A set is a bag full of groceries. The elements of a set are the individual groceries inside the bag. The bag of groceries is a "thing" in an of itself and is not the groceries that make it.

And it the store you can buy, smaller bags of groceries and put them in your bag.

So $A = \{apple, banana, carrot\}$ is a bag with three things in it. They are apple, banana, carrot. But $B=\{\{apple\},\{banana\}, \{carrot\}\}$ is a bag with three things in it. The three things are a BAG with an apple in it, a BAG with a banana it it, and a BAG with a carrot in it.

An apple is a completely different thing that a bag with an apple in it.
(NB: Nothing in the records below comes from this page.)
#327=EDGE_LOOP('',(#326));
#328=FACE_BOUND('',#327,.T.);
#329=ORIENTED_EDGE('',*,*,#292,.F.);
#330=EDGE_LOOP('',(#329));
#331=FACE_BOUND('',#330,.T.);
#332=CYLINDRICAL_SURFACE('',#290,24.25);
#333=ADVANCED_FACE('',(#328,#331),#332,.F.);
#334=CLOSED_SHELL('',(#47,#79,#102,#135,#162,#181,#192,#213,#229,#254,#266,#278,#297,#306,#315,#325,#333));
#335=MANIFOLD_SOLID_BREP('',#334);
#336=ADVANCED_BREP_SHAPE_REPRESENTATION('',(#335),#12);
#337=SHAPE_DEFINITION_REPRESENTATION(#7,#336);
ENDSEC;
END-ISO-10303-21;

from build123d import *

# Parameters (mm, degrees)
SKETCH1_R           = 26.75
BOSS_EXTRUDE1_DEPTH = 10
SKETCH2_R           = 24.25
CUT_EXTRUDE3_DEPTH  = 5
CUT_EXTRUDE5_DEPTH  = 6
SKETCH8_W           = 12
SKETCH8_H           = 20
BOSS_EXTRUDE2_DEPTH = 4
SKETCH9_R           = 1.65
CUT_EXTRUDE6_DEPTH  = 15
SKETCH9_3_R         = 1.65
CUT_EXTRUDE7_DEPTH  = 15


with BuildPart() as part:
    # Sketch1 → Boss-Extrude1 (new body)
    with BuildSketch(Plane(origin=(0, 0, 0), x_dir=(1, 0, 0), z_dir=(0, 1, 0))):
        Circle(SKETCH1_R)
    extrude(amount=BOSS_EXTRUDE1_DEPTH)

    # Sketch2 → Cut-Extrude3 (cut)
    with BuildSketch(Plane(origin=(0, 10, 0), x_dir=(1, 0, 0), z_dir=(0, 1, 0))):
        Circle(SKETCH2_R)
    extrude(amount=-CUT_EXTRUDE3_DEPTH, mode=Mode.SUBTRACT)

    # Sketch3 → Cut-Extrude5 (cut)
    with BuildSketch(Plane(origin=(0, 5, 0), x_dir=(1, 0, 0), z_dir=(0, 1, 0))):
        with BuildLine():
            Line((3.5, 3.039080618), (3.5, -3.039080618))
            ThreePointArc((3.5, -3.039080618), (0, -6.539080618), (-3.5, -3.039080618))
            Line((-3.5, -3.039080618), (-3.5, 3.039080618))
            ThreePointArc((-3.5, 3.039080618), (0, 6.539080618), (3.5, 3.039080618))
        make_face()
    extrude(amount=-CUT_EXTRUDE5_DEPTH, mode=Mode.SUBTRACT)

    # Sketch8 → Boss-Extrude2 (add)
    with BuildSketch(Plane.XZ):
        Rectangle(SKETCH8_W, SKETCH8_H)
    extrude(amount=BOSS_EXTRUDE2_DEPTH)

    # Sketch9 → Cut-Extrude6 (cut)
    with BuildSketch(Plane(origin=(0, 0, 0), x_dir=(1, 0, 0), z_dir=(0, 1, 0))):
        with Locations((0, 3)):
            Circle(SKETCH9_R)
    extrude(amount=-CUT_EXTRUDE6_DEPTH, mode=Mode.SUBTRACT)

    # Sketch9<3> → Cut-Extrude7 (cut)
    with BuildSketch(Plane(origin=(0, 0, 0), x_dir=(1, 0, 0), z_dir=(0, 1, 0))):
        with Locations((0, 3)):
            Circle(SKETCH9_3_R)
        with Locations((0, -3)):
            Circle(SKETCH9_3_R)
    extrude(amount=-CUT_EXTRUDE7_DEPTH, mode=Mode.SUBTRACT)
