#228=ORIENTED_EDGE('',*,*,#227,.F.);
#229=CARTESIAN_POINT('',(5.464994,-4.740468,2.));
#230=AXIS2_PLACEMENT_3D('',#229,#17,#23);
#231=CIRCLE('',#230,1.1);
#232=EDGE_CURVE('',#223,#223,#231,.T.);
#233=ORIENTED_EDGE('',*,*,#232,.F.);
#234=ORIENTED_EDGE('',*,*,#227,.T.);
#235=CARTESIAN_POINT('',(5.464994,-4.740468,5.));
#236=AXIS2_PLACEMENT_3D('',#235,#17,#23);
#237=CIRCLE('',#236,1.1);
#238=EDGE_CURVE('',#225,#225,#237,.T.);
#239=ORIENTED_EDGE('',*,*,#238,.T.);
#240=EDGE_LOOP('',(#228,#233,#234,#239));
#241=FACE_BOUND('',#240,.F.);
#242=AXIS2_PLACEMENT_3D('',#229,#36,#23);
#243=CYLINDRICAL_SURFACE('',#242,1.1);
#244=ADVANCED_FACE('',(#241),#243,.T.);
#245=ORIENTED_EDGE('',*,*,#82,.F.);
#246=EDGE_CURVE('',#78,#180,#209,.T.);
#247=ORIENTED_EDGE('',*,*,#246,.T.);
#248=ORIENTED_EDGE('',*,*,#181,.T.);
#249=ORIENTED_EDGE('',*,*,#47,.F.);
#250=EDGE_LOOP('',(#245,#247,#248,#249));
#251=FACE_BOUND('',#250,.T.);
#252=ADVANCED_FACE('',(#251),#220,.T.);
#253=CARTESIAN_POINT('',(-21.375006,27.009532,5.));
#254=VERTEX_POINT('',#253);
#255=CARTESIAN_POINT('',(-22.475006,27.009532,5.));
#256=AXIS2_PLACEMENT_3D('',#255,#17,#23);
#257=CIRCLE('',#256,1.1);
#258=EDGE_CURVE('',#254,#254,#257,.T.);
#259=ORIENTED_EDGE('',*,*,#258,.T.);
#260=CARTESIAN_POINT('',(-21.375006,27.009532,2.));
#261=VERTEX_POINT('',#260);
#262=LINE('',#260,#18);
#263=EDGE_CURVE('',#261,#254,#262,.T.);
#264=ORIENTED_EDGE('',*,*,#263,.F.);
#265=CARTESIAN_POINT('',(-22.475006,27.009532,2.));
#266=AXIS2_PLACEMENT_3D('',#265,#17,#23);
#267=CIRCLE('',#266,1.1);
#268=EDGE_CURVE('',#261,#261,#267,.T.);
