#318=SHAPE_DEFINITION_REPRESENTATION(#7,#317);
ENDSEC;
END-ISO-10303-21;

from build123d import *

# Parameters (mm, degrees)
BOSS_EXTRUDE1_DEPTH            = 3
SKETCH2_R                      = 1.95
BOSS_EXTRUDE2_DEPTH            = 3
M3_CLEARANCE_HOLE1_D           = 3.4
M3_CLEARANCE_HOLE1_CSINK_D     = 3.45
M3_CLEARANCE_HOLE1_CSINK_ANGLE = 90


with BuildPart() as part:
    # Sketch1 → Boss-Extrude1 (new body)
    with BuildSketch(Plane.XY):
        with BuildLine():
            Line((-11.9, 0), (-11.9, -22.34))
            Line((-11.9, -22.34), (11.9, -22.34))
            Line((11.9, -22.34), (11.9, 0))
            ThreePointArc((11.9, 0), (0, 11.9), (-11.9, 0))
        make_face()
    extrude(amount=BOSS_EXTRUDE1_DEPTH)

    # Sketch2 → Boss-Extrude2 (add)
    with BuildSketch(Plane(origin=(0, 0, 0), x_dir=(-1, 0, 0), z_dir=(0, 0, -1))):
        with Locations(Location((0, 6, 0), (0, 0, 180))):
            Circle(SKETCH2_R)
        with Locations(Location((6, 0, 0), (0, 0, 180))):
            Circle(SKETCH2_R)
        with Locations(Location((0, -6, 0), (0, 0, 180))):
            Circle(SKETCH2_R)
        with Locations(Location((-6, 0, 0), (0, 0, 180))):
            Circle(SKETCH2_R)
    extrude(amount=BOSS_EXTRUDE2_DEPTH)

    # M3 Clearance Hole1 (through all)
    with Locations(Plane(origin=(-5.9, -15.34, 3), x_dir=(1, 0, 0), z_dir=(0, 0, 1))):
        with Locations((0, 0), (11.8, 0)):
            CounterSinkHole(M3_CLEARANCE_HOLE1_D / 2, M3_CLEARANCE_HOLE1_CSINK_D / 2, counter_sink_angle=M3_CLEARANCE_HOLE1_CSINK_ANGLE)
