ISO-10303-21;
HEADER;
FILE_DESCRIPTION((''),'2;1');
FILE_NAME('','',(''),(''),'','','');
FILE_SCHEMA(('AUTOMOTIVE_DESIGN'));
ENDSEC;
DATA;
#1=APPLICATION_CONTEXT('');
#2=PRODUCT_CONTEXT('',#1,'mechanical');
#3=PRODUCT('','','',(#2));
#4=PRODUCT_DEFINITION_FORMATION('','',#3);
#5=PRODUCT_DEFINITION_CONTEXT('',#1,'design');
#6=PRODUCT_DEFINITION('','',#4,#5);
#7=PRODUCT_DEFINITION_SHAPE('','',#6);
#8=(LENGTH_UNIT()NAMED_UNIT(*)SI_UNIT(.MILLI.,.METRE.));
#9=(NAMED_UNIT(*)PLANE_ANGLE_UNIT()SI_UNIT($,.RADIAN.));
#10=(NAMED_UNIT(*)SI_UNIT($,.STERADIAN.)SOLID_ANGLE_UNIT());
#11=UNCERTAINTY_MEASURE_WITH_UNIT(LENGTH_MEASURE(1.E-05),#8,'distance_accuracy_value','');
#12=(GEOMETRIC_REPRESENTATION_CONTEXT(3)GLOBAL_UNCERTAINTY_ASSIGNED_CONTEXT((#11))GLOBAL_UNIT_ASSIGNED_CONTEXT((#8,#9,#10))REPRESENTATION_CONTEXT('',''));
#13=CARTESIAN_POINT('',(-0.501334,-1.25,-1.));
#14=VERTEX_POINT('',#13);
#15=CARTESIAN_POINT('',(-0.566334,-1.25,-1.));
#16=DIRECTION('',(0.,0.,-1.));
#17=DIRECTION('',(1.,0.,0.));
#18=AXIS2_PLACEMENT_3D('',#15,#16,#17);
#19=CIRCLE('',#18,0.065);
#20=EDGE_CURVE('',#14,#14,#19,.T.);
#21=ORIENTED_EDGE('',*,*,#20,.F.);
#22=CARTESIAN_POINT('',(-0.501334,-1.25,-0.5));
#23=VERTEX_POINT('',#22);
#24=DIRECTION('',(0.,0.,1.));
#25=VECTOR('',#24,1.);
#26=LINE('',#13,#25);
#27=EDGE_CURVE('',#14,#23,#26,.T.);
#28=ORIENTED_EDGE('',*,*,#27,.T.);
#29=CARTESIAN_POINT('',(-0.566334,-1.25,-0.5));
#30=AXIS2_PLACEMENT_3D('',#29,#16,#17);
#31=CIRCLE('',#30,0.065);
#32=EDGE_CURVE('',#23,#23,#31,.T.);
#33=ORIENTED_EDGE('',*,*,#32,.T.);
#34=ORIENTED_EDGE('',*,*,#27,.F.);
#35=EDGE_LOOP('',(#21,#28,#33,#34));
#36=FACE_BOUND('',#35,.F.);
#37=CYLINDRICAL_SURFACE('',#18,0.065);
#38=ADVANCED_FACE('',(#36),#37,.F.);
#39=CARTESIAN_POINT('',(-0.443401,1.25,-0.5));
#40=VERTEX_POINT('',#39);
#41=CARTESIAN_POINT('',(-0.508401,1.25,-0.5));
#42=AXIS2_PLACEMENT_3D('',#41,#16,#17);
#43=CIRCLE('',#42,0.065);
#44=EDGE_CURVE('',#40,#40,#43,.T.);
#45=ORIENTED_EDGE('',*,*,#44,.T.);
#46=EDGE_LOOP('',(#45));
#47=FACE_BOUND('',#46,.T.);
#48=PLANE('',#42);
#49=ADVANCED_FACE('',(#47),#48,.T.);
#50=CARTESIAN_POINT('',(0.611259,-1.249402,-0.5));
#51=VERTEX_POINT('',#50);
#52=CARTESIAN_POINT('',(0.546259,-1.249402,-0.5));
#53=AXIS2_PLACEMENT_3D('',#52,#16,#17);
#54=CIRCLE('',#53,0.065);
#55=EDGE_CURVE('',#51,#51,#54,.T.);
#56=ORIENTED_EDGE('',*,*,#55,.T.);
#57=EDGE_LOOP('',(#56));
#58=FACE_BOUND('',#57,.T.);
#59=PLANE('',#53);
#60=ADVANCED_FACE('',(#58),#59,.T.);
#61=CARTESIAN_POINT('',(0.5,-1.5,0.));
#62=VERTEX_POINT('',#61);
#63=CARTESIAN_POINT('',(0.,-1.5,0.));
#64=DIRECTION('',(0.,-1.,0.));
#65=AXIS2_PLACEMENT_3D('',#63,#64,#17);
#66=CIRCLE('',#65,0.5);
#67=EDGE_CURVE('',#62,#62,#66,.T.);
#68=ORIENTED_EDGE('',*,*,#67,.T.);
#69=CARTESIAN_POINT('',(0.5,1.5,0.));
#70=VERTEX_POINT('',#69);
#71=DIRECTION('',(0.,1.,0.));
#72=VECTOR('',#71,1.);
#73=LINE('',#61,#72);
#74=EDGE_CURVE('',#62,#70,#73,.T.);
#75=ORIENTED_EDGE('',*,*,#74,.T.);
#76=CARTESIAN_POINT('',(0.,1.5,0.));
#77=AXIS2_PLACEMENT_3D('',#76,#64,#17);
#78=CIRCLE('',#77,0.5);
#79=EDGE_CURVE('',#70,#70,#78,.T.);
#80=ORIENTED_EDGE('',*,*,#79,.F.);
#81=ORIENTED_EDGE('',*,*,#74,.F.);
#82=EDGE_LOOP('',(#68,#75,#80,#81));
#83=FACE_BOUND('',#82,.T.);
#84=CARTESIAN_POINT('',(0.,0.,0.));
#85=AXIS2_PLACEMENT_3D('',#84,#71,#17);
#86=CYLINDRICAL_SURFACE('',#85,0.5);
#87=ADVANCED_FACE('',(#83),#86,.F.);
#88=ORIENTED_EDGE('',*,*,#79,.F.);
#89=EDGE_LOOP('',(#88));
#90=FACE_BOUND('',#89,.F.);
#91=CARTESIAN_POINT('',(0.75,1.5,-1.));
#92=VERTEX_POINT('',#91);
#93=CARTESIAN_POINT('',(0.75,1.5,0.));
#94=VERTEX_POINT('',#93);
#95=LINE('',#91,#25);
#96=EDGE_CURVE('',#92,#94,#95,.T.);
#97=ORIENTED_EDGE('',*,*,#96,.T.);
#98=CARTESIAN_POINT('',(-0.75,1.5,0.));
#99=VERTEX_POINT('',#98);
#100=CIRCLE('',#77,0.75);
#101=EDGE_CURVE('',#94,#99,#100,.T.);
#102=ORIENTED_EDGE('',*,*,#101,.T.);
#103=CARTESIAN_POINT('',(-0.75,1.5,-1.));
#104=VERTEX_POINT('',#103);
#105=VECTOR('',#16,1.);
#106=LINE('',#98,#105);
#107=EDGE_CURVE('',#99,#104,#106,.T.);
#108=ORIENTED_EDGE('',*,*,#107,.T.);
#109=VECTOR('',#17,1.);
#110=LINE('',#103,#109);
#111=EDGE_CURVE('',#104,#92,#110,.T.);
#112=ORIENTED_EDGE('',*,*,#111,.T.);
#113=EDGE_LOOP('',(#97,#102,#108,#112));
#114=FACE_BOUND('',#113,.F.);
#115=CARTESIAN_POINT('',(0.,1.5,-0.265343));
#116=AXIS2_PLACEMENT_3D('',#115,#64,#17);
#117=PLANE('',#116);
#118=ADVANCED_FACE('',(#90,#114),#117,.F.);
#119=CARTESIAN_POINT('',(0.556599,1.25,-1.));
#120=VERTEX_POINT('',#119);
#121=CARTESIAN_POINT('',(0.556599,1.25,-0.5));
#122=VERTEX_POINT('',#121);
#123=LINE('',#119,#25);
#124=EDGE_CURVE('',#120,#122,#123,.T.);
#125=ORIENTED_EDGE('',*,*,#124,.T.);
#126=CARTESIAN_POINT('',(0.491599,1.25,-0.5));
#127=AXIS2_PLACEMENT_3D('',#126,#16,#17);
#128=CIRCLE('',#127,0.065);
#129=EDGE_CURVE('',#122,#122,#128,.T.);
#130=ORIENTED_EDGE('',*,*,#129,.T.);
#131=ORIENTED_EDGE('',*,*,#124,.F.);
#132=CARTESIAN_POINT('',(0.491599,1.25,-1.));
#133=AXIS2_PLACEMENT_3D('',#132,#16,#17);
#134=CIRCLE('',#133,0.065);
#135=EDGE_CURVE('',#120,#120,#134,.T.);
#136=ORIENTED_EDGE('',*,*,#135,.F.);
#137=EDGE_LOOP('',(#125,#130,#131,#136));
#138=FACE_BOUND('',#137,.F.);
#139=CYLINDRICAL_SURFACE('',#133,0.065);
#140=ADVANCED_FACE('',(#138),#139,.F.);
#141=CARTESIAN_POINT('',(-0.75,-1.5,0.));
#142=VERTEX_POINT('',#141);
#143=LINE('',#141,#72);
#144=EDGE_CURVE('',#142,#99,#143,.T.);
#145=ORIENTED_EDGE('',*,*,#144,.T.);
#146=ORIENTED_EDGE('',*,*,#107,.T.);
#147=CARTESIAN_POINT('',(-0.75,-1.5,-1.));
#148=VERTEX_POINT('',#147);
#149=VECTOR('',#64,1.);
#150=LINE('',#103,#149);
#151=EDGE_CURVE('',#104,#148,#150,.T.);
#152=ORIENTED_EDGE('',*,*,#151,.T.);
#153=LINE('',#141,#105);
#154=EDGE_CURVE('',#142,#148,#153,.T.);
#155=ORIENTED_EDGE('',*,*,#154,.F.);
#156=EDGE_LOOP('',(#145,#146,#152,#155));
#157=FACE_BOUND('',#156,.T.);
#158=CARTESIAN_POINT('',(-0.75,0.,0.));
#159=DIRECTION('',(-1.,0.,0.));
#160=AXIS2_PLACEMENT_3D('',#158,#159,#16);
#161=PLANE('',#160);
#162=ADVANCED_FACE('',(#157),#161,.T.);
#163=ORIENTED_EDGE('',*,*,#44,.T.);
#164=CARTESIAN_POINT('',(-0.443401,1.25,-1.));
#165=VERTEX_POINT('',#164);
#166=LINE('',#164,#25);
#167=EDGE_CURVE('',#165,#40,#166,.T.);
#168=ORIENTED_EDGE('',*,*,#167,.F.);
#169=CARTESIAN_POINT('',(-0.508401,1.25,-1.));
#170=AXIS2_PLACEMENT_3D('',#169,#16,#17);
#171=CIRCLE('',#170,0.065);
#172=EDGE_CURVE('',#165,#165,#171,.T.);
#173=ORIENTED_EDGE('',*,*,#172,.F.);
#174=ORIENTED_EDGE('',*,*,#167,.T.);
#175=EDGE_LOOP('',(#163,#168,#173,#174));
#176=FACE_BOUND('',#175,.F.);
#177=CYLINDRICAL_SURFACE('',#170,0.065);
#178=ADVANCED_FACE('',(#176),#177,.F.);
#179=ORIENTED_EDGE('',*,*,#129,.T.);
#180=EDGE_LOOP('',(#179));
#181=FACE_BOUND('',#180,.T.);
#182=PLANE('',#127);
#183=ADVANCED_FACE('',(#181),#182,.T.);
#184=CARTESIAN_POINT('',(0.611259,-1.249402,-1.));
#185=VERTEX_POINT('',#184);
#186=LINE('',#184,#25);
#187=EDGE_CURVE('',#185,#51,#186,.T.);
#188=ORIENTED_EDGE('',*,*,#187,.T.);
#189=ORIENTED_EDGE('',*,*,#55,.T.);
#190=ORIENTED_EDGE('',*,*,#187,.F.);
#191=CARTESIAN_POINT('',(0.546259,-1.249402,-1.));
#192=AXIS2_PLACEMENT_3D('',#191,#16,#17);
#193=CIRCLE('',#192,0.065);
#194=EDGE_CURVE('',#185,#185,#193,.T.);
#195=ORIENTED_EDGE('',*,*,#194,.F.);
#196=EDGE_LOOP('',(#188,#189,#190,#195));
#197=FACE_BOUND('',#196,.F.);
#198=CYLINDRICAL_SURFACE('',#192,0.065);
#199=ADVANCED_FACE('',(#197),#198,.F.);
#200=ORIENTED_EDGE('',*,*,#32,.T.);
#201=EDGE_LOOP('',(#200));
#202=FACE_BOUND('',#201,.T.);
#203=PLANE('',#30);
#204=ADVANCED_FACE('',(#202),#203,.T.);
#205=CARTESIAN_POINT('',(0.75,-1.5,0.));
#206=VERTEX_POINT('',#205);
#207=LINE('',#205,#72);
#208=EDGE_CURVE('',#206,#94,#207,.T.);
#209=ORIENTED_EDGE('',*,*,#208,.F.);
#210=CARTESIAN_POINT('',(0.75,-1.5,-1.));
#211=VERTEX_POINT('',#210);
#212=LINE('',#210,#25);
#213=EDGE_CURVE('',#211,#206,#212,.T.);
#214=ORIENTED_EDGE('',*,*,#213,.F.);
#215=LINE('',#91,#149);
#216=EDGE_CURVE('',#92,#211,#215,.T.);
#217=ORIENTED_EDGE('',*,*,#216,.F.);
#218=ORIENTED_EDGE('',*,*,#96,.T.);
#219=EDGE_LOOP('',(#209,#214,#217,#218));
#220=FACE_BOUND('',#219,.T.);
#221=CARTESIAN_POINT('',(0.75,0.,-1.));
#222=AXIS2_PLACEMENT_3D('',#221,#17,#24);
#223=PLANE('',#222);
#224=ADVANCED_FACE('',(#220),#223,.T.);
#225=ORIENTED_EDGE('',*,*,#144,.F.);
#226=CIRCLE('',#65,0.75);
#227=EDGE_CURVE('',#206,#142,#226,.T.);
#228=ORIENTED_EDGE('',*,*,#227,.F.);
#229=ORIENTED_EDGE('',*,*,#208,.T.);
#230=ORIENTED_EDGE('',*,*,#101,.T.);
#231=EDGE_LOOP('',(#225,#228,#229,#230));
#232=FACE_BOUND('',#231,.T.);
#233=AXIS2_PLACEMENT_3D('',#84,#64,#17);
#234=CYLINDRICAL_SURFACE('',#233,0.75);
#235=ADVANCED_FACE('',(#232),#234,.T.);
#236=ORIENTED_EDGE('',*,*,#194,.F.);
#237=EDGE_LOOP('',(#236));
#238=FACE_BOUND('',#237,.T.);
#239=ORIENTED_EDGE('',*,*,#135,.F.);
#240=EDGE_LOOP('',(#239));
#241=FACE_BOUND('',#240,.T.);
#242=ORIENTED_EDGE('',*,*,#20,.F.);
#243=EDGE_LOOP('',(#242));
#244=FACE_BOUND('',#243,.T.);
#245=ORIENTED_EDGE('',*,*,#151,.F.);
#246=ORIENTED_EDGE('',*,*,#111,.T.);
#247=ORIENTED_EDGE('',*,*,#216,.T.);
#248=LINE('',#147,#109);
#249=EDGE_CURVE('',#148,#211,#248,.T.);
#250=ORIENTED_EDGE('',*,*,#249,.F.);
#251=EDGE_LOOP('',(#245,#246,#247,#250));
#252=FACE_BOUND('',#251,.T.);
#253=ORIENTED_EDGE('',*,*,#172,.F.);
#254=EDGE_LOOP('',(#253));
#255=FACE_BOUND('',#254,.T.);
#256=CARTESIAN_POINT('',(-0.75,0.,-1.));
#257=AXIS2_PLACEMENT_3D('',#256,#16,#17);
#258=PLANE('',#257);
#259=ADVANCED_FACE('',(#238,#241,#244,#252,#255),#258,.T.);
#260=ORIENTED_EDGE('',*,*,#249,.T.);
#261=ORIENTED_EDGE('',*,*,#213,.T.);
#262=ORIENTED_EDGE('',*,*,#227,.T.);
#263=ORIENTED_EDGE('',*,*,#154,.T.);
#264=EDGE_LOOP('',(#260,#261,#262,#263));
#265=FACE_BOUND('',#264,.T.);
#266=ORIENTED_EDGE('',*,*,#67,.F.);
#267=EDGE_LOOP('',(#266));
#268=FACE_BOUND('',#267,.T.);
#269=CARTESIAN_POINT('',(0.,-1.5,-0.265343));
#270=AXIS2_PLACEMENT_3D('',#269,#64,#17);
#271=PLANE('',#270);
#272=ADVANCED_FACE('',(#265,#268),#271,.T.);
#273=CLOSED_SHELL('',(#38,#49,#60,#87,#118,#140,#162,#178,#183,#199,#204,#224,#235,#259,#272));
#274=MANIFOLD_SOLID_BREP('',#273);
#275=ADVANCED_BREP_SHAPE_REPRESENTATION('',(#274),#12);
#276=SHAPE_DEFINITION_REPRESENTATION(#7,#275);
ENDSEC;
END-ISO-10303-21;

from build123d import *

# Parameters (mm, degrees)
F0_R     = 0.5
F1_DEPTH = 1.5
F2_R     = 0.065
F3_DEPTH = 0.5


with BuildPart() as f1:
    # F0 (on Front) → F1 (new body, symmetric)
    with BuildSketch(Plane.XZ):
        with BuildLine():
            Line((-0.75, 0), (-0.75, -1))
            Line((-0.75, -1), (0.75, -1))
            Line((0.75, -1), (0.75, 0))
            ThreePointArc((0.75, 0), (0, 0.75), (-0.75, 0))
        make_face()
        Circle(F0_R, mode=Mode.SUBTRACT)
    extrude(amount=F1_DEPTH, both=True)

    # F2 (on face) → F3 (cut)
    with BuildSketch(Plane(origin=(0, 0, -1), x_dir=(1, 0, 0), z_dir=(0, 0, -1))):
        with Locations((-0.566334, 1.25)):
            Circle(F2_R)
        with Locations((0.546259, 1.249402)):
            Circle(F2_R)
        with Locations((-0.508401, -1.25)):
            Circle(F2_R)
        with Locations((0.491599, -1.25)):
            Circle(F2_R)
    extrude(amount=-F3_DEPTH, mode=Mode.SUBTRACT)


solid = f1.part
These are not at all the same.

Anyway I really hate that analogy as it implies the skin of the bag made of paper is itself an thing and it avoids the question of "Well, gee, if an apple is inside a bag, and the bag is inside a bigger bag, isn't the apple also inside the bigger bag just deeper?" The answer to that is a resounding no; a set is concept of the collection and although a collection may have a set as an element that does not imply the elements inside the set are in the collection.

An analogy I prefer is a library and you get to the reference desk and there is a reference book called "The Encyclopedia of Associations" which includes the Boy Scouts. And there is a reference book called "Books in Print" which includes "Razor Girl" by Carl Hiason. And there is a reference book called "Guide to Reference Books" which includes... "The Encyclopedia of Associations" and "Books in Print". But it does not include, for obvious reasons, either the Boy Scouts (which are not a reference book) nor "Razor Girl" (which is also not a reference book).

Of course, this analogy has it it problems too. Namely, these lists are references to things and not the things themselves. In sets the are the things themselves but being a collection things is different than the things being themselves rolling about without a bag.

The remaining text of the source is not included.